Would you go through the records below and copy each line with the string "Polygon"?

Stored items
========================================================================
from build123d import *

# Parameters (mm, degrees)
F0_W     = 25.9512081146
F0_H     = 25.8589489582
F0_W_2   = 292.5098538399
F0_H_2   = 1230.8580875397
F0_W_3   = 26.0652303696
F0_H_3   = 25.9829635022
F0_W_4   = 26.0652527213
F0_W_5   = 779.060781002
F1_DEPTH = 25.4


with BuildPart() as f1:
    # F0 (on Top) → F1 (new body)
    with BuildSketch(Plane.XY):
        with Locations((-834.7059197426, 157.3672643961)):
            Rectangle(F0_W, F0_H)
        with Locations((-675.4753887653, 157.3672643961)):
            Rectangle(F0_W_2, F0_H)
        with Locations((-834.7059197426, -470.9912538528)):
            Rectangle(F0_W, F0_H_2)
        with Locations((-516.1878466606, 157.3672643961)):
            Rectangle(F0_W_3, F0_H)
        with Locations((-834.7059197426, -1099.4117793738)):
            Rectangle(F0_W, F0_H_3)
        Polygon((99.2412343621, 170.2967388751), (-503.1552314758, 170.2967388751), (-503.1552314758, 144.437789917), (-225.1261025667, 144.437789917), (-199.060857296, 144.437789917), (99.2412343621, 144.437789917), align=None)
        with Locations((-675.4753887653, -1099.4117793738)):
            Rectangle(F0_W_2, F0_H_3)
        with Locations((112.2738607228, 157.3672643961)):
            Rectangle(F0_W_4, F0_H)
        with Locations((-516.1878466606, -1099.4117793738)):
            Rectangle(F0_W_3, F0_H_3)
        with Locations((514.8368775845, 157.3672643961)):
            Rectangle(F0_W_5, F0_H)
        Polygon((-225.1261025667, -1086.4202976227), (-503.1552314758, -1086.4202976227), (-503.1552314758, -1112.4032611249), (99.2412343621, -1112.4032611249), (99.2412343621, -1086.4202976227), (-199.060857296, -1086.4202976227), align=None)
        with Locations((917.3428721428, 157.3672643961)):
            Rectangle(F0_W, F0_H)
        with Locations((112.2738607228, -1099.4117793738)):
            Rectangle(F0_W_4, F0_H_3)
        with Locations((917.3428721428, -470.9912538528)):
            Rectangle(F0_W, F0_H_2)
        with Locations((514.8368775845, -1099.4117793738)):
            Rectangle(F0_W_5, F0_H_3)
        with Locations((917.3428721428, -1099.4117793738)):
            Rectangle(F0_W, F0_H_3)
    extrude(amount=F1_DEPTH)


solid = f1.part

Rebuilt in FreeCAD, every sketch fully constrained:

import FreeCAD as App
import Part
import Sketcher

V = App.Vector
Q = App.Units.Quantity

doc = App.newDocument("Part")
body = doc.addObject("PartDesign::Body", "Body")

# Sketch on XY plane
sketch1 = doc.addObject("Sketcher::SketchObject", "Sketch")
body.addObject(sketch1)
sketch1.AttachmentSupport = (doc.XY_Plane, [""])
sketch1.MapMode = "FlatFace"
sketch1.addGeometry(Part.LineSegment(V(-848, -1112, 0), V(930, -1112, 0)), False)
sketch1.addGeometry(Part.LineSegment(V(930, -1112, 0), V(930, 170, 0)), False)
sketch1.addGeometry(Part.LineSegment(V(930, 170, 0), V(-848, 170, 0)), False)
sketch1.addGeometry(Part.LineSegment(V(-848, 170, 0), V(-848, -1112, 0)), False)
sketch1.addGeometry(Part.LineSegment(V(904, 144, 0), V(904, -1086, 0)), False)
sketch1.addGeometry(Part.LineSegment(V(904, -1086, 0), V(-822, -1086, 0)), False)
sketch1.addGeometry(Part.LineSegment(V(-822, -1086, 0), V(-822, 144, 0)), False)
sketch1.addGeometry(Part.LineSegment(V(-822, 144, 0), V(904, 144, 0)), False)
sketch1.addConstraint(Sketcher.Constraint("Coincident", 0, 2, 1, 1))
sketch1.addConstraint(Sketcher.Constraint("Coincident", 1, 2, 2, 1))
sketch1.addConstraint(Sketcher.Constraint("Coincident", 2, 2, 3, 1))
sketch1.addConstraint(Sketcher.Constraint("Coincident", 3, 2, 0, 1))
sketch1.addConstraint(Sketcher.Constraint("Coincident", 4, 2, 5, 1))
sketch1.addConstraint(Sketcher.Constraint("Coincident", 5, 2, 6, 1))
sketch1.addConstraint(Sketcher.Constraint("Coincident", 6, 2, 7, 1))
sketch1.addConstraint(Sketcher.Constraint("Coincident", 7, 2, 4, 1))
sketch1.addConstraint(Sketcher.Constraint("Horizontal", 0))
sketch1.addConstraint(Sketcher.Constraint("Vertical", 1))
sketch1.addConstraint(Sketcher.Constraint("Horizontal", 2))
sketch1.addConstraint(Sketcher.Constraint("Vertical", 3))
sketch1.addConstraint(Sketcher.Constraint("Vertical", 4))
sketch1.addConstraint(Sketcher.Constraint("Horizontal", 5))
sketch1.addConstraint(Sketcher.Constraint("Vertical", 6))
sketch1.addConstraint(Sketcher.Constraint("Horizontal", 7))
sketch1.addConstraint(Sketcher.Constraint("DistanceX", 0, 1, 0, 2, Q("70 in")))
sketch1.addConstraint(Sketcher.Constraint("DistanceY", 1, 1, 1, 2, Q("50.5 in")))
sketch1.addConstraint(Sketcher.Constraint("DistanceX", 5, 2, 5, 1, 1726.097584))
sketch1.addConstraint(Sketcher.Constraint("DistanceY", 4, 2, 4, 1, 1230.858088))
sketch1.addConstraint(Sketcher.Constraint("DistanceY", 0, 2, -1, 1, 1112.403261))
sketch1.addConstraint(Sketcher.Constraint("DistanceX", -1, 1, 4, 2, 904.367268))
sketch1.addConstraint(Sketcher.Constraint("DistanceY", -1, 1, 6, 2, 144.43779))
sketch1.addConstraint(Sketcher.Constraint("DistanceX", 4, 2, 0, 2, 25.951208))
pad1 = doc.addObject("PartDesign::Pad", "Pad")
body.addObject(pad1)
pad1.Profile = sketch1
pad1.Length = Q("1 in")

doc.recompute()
========================================================================
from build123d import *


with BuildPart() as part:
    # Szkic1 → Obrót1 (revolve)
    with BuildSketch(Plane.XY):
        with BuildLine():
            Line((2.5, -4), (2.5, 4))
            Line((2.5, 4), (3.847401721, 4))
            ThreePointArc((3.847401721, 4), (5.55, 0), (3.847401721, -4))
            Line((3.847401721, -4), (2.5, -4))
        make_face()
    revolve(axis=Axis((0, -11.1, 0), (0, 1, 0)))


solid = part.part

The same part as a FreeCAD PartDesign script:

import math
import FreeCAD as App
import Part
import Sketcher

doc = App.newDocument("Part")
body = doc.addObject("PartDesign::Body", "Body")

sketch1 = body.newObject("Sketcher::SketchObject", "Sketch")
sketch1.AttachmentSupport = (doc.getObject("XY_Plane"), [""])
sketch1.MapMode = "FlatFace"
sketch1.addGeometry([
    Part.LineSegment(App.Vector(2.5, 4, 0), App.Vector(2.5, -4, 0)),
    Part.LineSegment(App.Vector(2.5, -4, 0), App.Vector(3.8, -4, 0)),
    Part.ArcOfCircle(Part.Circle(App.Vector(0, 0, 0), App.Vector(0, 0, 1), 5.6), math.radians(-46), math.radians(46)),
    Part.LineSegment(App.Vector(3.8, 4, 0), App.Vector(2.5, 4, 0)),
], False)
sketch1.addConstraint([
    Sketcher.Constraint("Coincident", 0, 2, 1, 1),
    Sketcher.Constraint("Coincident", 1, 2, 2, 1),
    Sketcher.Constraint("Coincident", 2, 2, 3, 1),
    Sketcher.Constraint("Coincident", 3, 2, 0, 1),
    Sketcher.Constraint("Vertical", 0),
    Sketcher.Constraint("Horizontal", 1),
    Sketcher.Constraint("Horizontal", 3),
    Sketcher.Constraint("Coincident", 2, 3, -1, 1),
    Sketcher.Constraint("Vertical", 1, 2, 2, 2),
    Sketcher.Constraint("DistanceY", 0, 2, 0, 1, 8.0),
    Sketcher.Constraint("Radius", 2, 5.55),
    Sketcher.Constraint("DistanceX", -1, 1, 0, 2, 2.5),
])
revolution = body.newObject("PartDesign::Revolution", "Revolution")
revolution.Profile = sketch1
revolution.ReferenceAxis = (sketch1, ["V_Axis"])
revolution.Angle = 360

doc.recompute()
========================================================================
▸ Solution for this task
        Polygon((99.2412343621, 170.2967388751), (-503.1552314758, 170.2967388751), (-503.1552314758, 144.437789917), (-225.1261025667, 144.437789917), (-199.060857296, 144.437789917), (99.2412343621, 144.437789917), align=None)
        Polygon((-225.1261025667, -1086.4202976227), (-503.1552314758, -1086.4202976227), (-503.1552314758, -1112.4032611249), (99.2412343621, -1112.4032611249), (99.2412343621, -1086.4202976227), (-199.060857296, -1086.4202976227), align=None)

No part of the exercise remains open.